Hi, I have some doubts related to partitioning Fro...
# general
j
Hi, I have some doubts related to partitioning From the docs I am able to grasp the concept of how partitioning works when importing data through Kafka. But with respect to offline importing I am not very clear. What my current understanding and question is as follows. 1. If my input folder has 10 files. These individual files will be saved as individual segments following the replication config mentioned in the table config. 2. If I want to partition these files as and when it is getting imported as per this doc, it says the input files itself should be in partitioned state. How should this be configured in the table config? Is it similar to the partition config we set for realtime import like giving a columnPartitionMap with partition function and number of partition? If so I am a bit confused cause in offline import, segments created has a 1to1 mapping with the input files and if partition is involved the input files are already partitioned then what is the purpose of the partition config? Is it used for query routing alone?
k
@Rong R
r
segment partition config is not only use for direct segment file ingestion to offline table, for example RealtimeToOfflineSegmentsTask uses this config to transfer data from realtime to offline table.
1. could you share how you are ingesting these 10 files? are you directly uploading segment or running some pre-processing? 2. consider table config as the "desired" state; it doesn't define how to get to that state, so a. the question on "input file should be in partitioned state, how should this be configured in table config?" --> this is not configured in table config, this should be either (1) already partitioned; (2) part of your conversion job config; b. yes it is similar to realtime ingestion; but since real-time ingestion consumers (kafka and kinesis for example) are part of pinot, there's already logic to convert table config to kafka/kinesis config c. i think we already answered your last question, config defines the end state, it can be used for query, as well as input to conversion config. also if the data is not already partitioned, you could see how you can use batch ingestion to import the data: https://docs.pinot.apache.org/basics/data-import/batch-ingestion
j
I am making use of a minion task to ingest these files into Pinot. I have already partitioned the data based on a primary key of different organisations. Consider the 10 files are partitioned data of 10 orgs. Now without the partition config how will pinot know that these are partitioned data and if I want to use partitioned replica group segment assignment how will all these work in offline scenario?
r
ah. I see. which Minion task are you using to ingest? And just for me to understand correctly: the data is already partitioned, the goal here is not to repartition it again b/c it has already been partitioned, correct?

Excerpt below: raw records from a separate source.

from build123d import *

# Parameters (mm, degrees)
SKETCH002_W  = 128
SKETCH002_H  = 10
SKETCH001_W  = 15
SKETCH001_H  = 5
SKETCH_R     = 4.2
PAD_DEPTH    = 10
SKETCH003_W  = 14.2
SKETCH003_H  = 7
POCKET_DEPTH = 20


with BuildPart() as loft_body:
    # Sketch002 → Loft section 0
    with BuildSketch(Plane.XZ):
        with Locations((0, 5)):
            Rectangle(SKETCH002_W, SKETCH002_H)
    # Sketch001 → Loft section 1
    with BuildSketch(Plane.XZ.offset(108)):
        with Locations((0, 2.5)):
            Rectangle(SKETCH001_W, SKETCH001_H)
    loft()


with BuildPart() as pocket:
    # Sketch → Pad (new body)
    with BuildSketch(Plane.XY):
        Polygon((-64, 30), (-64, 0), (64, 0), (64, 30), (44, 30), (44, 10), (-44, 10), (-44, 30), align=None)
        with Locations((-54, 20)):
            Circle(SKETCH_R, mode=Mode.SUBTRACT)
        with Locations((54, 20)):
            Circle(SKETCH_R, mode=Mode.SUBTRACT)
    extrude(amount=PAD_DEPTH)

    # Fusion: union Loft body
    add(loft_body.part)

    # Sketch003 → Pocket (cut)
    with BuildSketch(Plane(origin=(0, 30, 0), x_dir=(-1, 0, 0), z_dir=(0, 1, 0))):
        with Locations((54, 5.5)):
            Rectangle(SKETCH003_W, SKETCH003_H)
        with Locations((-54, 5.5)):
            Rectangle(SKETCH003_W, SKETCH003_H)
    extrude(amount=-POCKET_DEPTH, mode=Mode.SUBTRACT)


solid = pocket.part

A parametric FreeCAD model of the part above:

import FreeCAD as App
import Part
import Sketcher

V = App.Vector

doc = App.newDocument("Part")
body = doc.addObject("PartDesign::Body", "Body")

# Sketch on XZ plane
sketch1 = doc.addObject("Sketcher::SketchObject", "Sketch")
body.addObject(sketch1)
sketch1.AttachmentSupport = (doc.XZ_Plane, [""])
sketch1.MapMode = "FlatFace"
sketch1.addGeometry([
    Part.LineSegment(V(-64, 10, 0), V(-64, 0, 0)),
    Part.LineSegment(V(-64, 0, 0), V(64, 0, 0)),
    Part.LineSegment(V(64, 0, 0), V(64, 10, 0)),
    Part.LineSegment(V(64, 10, 0), V(-64, 10, 0)),
], False)
sketch1.addConstraint([
    Sketcher.Constraint("Coincident", 0, 2, 1, 1),
    Sketcher.Constraint("Coincident", 1, 2, 2, 1),
    Sketcher.Constraint("Coincident", 2, 2, 3, 1),
    Sketcher.Constraint("Coincident", 3, 2, 0, 1),
    Sketcher.Constraint("Vertical", 0),
    Sketcher.Constraint("Horizontal", 1),
    Sketcher.Constraint("Vertical", 2),
    Sketcher.Constraint("Horizontal", 3),
    Sketcher.Constraint("Symmetric", 0, 2, 1, 2, -1, 1),
    Sketcher.Constraint("DistanceX", 1, 1, 1, 2, 128.0),
    Sketcher.Constraint("DistanceY", 0, 2, 0, 1, 10.0),
])

# Sketch on XZ plane
sketch2 = doc.addObject("Sketcher::SketchObject", "Sketch001")
body.addObject(sketch2)
sketch2.AttachmentSupport = (doc.XZ_Plane, [""])
sketch2.MapMode = "FlatFace"
sketch2.AttachmentOffset = App.Placement(V(0, 0, 108), App.Rotation())
sketch2.addGeometry([
    Part.LineSegment(V(-8, 5, 0), V(-8, 0, 0)),
    Part.LineSegment(V(-8, 0, 0), V(8, 0, 0)),
    Part.LineSegment(V(8, 0, 0), V(8, 5, 0)),
    Part.LineSegment(V(8, 5, 0), V(-8, 5, 0)),
], False)
sketch2.addConstraint([
    Sketcher.Constraint("Coincident", 0, 2, 1, 1),
    Sketcher.Constraint("Coincident", 1, 2, 2, 1),
    Sketcher.Constraint("Coincident", 2, 2, 3, 1),
    Sketcher.Constraint("Coincident", 3, 2, 0, 1),
    Sketcher.Constraint("Vertical", 0),
    Sketcher.Constraint("Horizontal", 1),
    Sketcher.Constraint("Vertical", 2),
    Sketcher.Constraint("Horizontal", 3),
    Sketcher.Constraint("Symmetric", 0, 2, 1, 2, -1, 1),
    Sketcher.Constraint("DistanceX", 1, 1, 1, 2, 15.0),
    Sketcher.Constraint("DistanceY", 0, 2, 0, 1, 5.0),
])

additiveloft = doc.addObject("PartDesign::AdditiveLoft", "AdditiveLoft")
body.addObject(additiveloft)
additiveloft.Profile = sketch1
additiveloft.Sections = [sketch2]
body2 = doc.addObject("PartDesign::Body", "Body001")

# Sketch on XY plane
sketch3 = doc.addObject("Sketcher::SketchObject", "Sketch002")
body2.addObject(sketch3)
sketch3.AttachmentSupport = (doc.getObject("XY_Plane001"), [""])
sketch3.MapMode = "FlatFace"
sketch3.addGeometry([
    Part.LineSegment(V(-64, 30, 0), V(-64, 0, 0)),  # 0
    Part.LineSegment(V(-64, 0, 0), V(64, 0, 0)),  # 1
    Part.LineSegment(V(64, 0, 0), V(64, 30, 0)),  # 2
    Part.LineSegment(V(64, 30, 0), V(44, 30, 0)),  # 3
    Part.LineSegment(V(44, 30, 0), V(44, 10, 0)),  # 4
    Part.LineSegment(V(44, 10, 0), V(-44, 10, 0)),  # 5
    Part.LineSegment(V(-44, 10, 0), V(-44, 30, 0)),  # 6
    Part.LineSegment(V(-44, 30, 0), V(-64, 30, 0)),  # 7
    Part.Circle(V(-54, 20, 0), V(0, 0, 1), 4.2),  # 8
    Part.Circle(V(54, 20, 0), V(0, 0, 1), 4.2),  # 9
], False)
sketch3.addConstraint([
    Sketcher.Constraint("Coincident", 0, 2, 1, 1),
    Sketcher.Constraint("Coincident", 1, 2, 2, 1),
    Sketcher.Constraint("Coincident", 2, 2, 3, 1),
    Sketcher.Constraint("Coincident", 3, 2, 4, 1),
    Sketcher.Constraint("Coincident", 4, 2, 5, 1),
    Sketcher.Constraint("Coincident", 5, 2, 6, 1),
    Sketcher.Constraint("Coincident", 6, 2, 7, 1),
    Sketcher.Constraint("Coincident", 7, 2, 0, 1),
    Sketcher.Constraint("Vertical", 0),
    Sketcher.Constraint("Horizontal", 1),
    Sketcher.Constraint("Vertical", 2),
    Sketcher.Constraint("Horizontal", 3),
    Sketcher.Constraint("Vertical", 4),
    Sketcher.Constraint("Horizontal", 5),
    Sketcher.Constraint("Vertical", 6),
    Sketcher.Constraint("Horizontal", 7),
    Sketcher.Constraint("Equal", 8, 9),
    Sketcher.Constraint("Symmetric", 0, 2, 1, 2, -1, 1),
    Sketcher.Constraint("Symmetric", 8, 3, 9, 3, -2),
    Sketcher.Constraint("Symmetric", 3, 2, 6, 2, -2),
    Sketcher.Constraint("Equal", 7, 4),
    Sketcher.Constraint("Diameter", 8, 8.4),
    Sketcher.Constraint("DistanceX", 1, 1, 1, 2, 128.0),
    Sketcher.Constraint("DistanceX", 3, 2, 3, 1, 20.0),
    Sketcher.Constraint("DistanceY", 0, 2, 0, 1, 30.0),
    Sketcher.Constraint("DistanceX", 8, 3, -1, 1, 54.0),
    Sketcher.Constraint("DistanceY", -1, 1, 8, 3, 20.0),
])
pad1 = doc.addObject("PartDesign::Pad", "Pad")
body2.addObject(pad1)
pad1.Profile = sketch3
pad1.Length = 10
doc.recompute()

boolean = doc.addObject("PartDesign::Boolean", "Boolean")
body2.addObject(boolean)
boolean.Type = "Fuse"
boolean.addObjects([body])

# Sketch on XZ plane
sketch4 = doc.addObject("Sketcher::SketchObject", "Sketch003")
body2.addObject(sketch4)
sketch4.AttachmentSupport = (doc.getObject("XZ_Plane001"), [""])
sketch4.MapMode = "FlatFace"
sketch4.AttachmentOffset = App.Placement(V(0, 0, -30), App.Rotation())
sketch4.addGeometry([
    Part.LineSegment(V(-47, 9, 0), V(-47, 2, 0)),  # 0
    Part.LineSegment(V(-47, 2, 0), V(-61, 2, 0)),  # 1
    Part.LineSegment(V(-61, 2, 0), V(-61, 9, 0)),  # 2
    Part.LineSegment(V(-61, 9, 0), V(-47, 9, 0)),  # 3
    Part.LineSegment(V(61, 9, 0), V(61, 2, 0)),  # 4
    Part.LineSegment(V(61, 2, 0), V(47, 2, 0)),  # 5
    Part.LineSegment(V(47, 2, 0), V(47, 9, 0)),  # 6
    Part.LineSegment(V(47, 9, 0), V(61, 9, 0)),  # 7
], False)
sketch4.addConstraint([
    Sketcher.Constraint("Coincident", 0, 2, 1, 1),
    Sketcher.Constraint("Coincident", 1, 2, 2, 1),
    Sketcher.Constraint("Coincident", 2, 2, 3, 1),
    Sketcher.Constraint("Coincident", 3, 2, 0, 1),
    Sketcher.Constraint("Coincident", 4, 2, 5, 1),
    Sketcher.Constraint("Coincident", 5, 2, 6, 1),
    Sketcher.Constraint("Coincident", 6, 2, 7, 1),
    Sketcher.Constraint("Coincident", 7, 2, 4, 1),
    Sketcher.Constraint("Vertical", 0),
    Sketcher.Constraint("Horizontal", 1),
    Sketcher.Constraint("Vertical", 2),
    Sketcher.Constraint("Horizontal", 3),
    Sketcher.Constraint("Vertical", 4),
    Sketcher.Constraint("Horizontal", 5),
    Sketcher.Constraint("Vertical", 6),
    Sketcher.Constraint("Horizontal", 7),
    Sketcher.Constraint("Symmetric", 1, 2, 4, 2, -2),
    Sketcher.Constraint("Symmetric", 3, 2, 6, 2, -2),
    Sketcher.Constraint("DistanceY", 0, 2, 0, 1, 7.0),
    Sketcher.Constraint("DistanceX", 1, 2, 1, 1, 14.2),
    Sketcher.Constraint("DistanceY", -1, 1, 0, 2, 2.0),
    Sketcher.Constraint("DistanceX", 0, 2, 4, 2, 108.0),
])
pocket1 = doc.addObject("PartDesign::Pocket", "Pocket")
body2.addObject(pocket1)
pocket1.Profile = sketch4
pocket1.Length = 20
pocket1.Reversed = True

doc.recompute()
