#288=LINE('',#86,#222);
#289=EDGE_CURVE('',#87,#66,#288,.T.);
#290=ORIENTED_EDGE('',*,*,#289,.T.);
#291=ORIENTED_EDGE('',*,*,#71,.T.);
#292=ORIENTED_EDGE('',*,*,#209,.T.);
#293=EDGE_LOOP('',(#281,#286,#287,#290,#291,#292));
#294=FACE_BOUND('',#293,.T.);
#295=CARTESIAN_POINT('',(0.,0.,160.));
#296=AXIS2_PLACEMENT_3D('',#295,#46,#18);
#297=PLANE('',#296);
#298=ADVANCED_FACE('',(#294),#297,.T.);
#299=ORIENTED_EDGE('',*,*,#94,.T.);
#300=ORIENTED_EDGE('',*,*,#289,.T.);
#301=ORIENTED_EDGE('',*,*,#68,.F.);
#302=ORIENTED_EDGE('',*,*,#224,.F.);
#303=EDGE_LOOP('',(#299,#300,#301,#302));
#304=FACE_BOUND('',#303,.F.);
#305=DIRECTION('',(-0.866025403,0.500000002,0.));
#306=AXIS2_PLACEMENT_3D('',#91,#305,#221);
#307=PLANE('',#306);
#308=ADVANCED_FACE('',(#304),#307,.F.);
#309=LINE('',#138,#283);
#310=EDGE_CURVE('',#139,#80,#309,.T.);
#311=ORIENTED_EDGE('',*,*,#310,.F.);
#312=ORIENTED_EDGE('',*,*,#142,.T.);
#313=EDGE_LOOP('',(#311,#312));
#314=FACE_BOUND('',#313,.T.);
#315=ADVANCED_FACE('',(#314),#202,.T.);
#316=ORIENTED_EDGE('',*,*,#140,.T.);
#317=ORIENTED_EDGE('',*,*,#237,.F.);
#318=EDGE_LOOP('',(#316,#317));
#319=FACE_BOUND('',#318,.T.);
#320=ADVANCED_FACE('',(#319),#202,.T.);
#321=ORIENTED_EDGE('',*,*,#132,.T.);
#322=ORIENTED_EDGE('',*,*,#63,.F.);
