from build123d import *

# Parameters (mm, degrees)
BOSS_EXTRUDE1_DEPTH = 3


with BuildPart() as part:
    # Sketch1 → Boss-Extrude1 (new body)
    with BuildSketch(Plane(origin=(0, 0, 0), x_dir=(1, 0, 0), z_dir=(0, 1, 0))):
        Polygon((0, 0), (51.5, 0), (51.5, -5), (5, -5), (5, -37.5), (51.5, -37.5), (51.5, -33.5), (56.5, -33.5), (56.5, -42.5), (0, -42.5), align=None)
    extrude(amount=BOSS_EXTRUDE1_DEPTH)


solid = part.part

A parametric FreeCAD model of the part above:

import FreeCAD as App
import Part
import Sketcher
from FreeCAD import Vector

doc = App.newDocument("Part")
params = doc.addObject("Spreadsheet::Sheet", "Params")
for row, (alias, value) in enumerate([
    ("sketch1_width", "5 mm"),
    ("sketch1_height", "9 mm"),
    ("sketch1_height2", "4 mm"),
    ("sketch1_width2", "51.5 mm"),
    ("sketch1_width3", "46.5 mm"),
    ("pad1_length", "3 mm"),
], start=1):
    params.set(f"A{row}", alias)
    params.set(f"B{row}", "=" + value)
    params.setAlias(f"B{row}", alias)

body = doc.addObject("PartDesign::Body", "Body")

# Sketch on XZ plane
sketch1 = body.newObject("Sketcher::SketchObject", "Sketch")
sketch1.AttachmentSupport = (doc.getObject("XZ_Plane"), [""])
sketch1.MapMode = "FlatFace"
sketch1.addGeometry(Part.LineSegment(Vector(51.5, 0, 0), Vector(0, 0, 0)), False)
sketch1.addGeometry(Part.LineSegment(Vector(0, 0, 0), Vector(0, 42.5, 0)), False)
sketch1.addGeometry(Part.LineSegment(Vector(0, 42.5, 0), Vector(56.5, 42.5, 0)), False)
sketch1.addGeometry(Part.LineSegment(Vector(56.5, 42.5, 0), Vector(56.5, 33.5, 0)), False)
sketch1.addGeometry(Part.LineSegment(Vector(56.5, 33.5, 0), Vector(51.5, 33.5, 0)), False)
sketch1.addGeometry(Part.LineSegment(Vector(51.5, 33.5, 0), Vector(51.5, 37.5, 0)), False)
sketch1.addGeometry(Part.LineSegment(Vector(51.5, 37.5, 0), Vector(5, 37.5, 0)), False)
sketch1.addGeometry(Part.LineSegment(Vector(5, 37.5, 0), Vector(5, 5, 0)), False)
sketch1.addGeometry(Part.LineSegment(Vector(5, 5, 0), Vector(51.5, 5, 0)), False)
sketch1.addGeometry(Part.LineSegment(Vector(51.5, 5, 0), Vector(51.5, 0, 0)), False)
sketch1.addConstraint(Sketcher.Constraint("Coincident", 0, 2, 1, 1))
sketch1.addConstraint(Sketcher.Constraint("Coincident", 1, 2, 2, 1))
sketch1.addConstraint(Sketcher.Constraint("Coincident", 2, 2, 3, 1))
sketch1.addConstraint(Sketcher.Constraint("Coincident", 3, 2, 4, 1))
sketch1.addConstraint(Sketcher.Constraint("Coincident", 4, 2, 5, 1))
sketch1.addConstraint(Sketcher.Constraint("Coincident", 5, 2, 6, 1))
sketch1.addConstraint(Sketcher.Constraint("Coincident", 6, 2, 7, 1))
sketch1.addConstraint(Sketcher.Constraint("Coincident", 7, 2, 8, 1))
sketch1.addConstraint(Sketcher.Constraint("Coincident", 8, 2, 9, 1))
sketch1.addConstraint(Sketcher.Constraint("Coincident", 9, 2, 0, 1))
sketch1.addConstraint(Sketcher.Constraint("Horizontal", 0))
sketch1.addConstraint(Sketcher.Constraint("Vertical", 1))
sketch1.addConstraint(Sketcher.Constraint("Horizontal", 2))
sketch1.addConstraint(Sketcher.Constraint("Vertical", 3))
sketch1.addConstraint(Sketcher.Constraint("Horizontal", 4))
sketch1.addConstraint(Sketcher.Constraint("Vertical", 5))
sketch1.addConstraint(Sketcher.Constraint("Horizontal", 6))
sketch1.addConstraint(Sketcher.Constraint("Vertical", 7))
sketch1.addConstraint(Sketcher.Constraint("Horizontal", 8))
sketch1.addConstraint(Sketcher.Constraint("Vertical", 9))
sketch1.addConstraint(Sketcher.Constraint("Coincident", 0, 2, -1, 1))
sketch1.addConstraint(Sketcher.Constraint("Vertical", 5, 2, 8, 2))
sketch1.addConstraint(Sketcher.Constraint("Equal", 4, 9))
sketch1.addConstraint(Sketcher.Constraint("DistanceX", 4, 2, 4, 1, 5.0))
sketch1.addConstraint(Sketcher.Constraint("DistanceY", 3, 2, 3, 1, 9.0))
sketch1.addConstraint(Sketcher.Constraint("DistanceY", 5, 1, 5, 2, 4.0))
sketch1.addConstraint(Sketcher.Constraint("DistanceX", 0, 2, 0, 1, 51.5))
sketch1.addConstraint(Sketcher.Constraint("DistanceX", 6, 2, 6, 1, 46.5))
sketch1.addConstraint(Sketcher.Constraint("DistanceY", 1, 1, 1, 2, 42.5))
sketch1.setExpression("Constraints[23]", "Params.sketch1_width")
sketch1.setExpression("Constraints[24]", "Params.sketch1_height")
sketch1.setExpression("Constraints[25]", "Params.sketch1_height2")
sketch1.setExpression("Constraints[26]", "Params.sketch1_width2")
sketch1.setExpression("Constraints[27]", "Params.sketch1_width3")
pad1 = body.newObject("PartDesign::Pad", "Pad")
pad1.Profile = sketch1
pad1.setExpression("Length", "Params.pad1_length")
pad1.Reversed = True

doc.recompute()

tagging @Xiaobing who have more context on minion tasks.
j
I am going to make use of this minion task - https://docs.pinot.apache.org/basics/components/minion#segmentgenerationandpushtask And yes my data is already partitioned so how will pinot understand this and save the file in pinot servers in appropriate partitions?
👍 1
x
did a quick check, I think this task may not be able to do partitioning when generating segments, e.g. this util class used by the task does not set partitionConfig. Potentially, if we pass the partitionConfig down to here, the task might be able to do partitioning while generating segments.
Copy code
SegmentGenerationTaskRunner.java: 

public String run()
      throws Exception {
...
    SegmentGeneratorConfig segmentGeneratorConfig = new SegmentGeneratorConfig(tableConfig, schema);
    segmentGeneratorConfig.setTableName(tableName);
    segmentGeneratorConfig.setOutDir(_taskSpec.getOutputDirectoryPath());
...
    // but it's missing this: segmentGeneratorConfig.setSegmentPartitionConfig();
We have an in-house minion task to generate offline segments using a more recent util called SegmentProcessorFramework which is in the OSS repo, and used by RealtimeToOffline task. That framework supports partitioning. So alternatively, we could extend segmentgenerationandpushtask to use SegmentProcessorFramework too.